After lengthy consultation, the M23 was converted to SBS on November 6, 2016, with all-door boarding, off-board fare payment, dedicated New York City bus lanes, and BusTime-equipped countdown clocks at some stops. This is keeping in line with other SBS routes with the same upgrades, which have seen their average speeds increase between 10% and 25% after implementation. It replaced M23 local service at the cost of $1.7 million. The M23 SBS keeps the same route as the M23 local, with one redundant westbound stop on 5th Avenue and a bidirectional stop on Lexington Avenue being eliminated. Another bus stop, at the intersection of 20th Street and the western portion of the 20th Street Loop, was planned for elimination, but was retained after community members objected; their objections included that removing the bus stop would make it harder for the elderly residents of Peter Cooper Village to travel to the nearest M23 stop, and that the gap between stops would be 1848 ft, or about 0.35 miles, if the stop were eliminated.
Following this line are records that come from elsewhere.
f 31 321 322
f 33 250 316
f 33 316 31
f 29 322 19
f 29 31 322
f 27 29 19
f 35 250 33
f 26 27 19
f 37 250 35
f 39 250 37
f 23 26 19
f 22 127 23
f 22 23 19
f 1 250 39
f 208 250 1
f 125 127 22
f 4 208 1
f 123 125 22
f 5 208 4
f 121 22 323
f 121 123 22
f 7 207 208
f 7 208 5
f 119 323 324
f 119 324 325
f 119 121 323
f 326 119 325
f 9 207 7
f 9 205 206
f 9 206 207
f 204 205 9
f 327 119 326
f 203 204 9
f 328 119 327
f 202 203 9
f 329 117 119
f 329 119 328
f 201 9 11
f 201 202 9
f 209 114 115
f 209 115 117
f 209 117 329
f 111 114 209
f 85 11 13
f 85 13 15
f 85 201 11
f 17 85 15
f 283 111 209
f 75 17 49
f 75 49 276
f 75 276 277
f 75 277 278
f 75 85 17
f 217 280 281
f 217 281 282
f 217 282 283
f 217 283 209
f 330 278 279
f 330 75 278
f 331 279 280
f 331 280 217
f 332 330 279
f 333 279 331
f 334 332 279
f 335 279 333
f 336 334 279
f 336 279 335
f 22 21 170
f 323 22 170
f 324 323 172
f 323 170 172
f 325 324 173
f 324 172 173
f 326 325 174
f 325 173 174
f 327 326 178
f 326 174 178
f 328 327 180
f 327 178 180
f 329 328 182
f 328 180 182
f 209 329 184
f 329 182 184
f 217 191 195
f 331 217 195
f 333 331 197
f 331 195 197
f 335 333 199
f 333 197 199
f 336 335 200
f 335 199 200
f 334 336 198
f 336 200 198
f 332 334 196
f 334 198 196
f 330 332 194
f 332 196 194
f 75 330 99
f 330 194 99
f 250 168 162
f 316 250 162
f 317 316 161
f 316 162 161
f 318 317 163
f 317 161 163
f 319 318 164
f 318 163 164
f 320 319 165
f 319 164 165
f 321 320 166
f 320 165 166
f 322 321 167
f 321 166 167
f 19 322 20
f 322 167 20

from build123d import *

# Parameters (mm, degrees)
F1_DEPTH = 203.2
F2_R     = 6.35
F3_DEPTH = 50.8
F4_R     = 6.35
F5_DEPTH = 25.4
The implementation plan included repainting 23rd Street so that it would have 5 lanes throughout most of its length; between 2nd and 8th Avenues, two of these lanes—one in each direction—would be bus lanes, with westbound bus lanes between 1st and 2nd Avenues, and eastbound bus lanes between 10th and 8th Avenues. The SBS plan excluded a proposal for bus lanes in the median of 23rd Street, which were proposed by three different community boards due to parking issues on 34th Street after SBS was implemented there.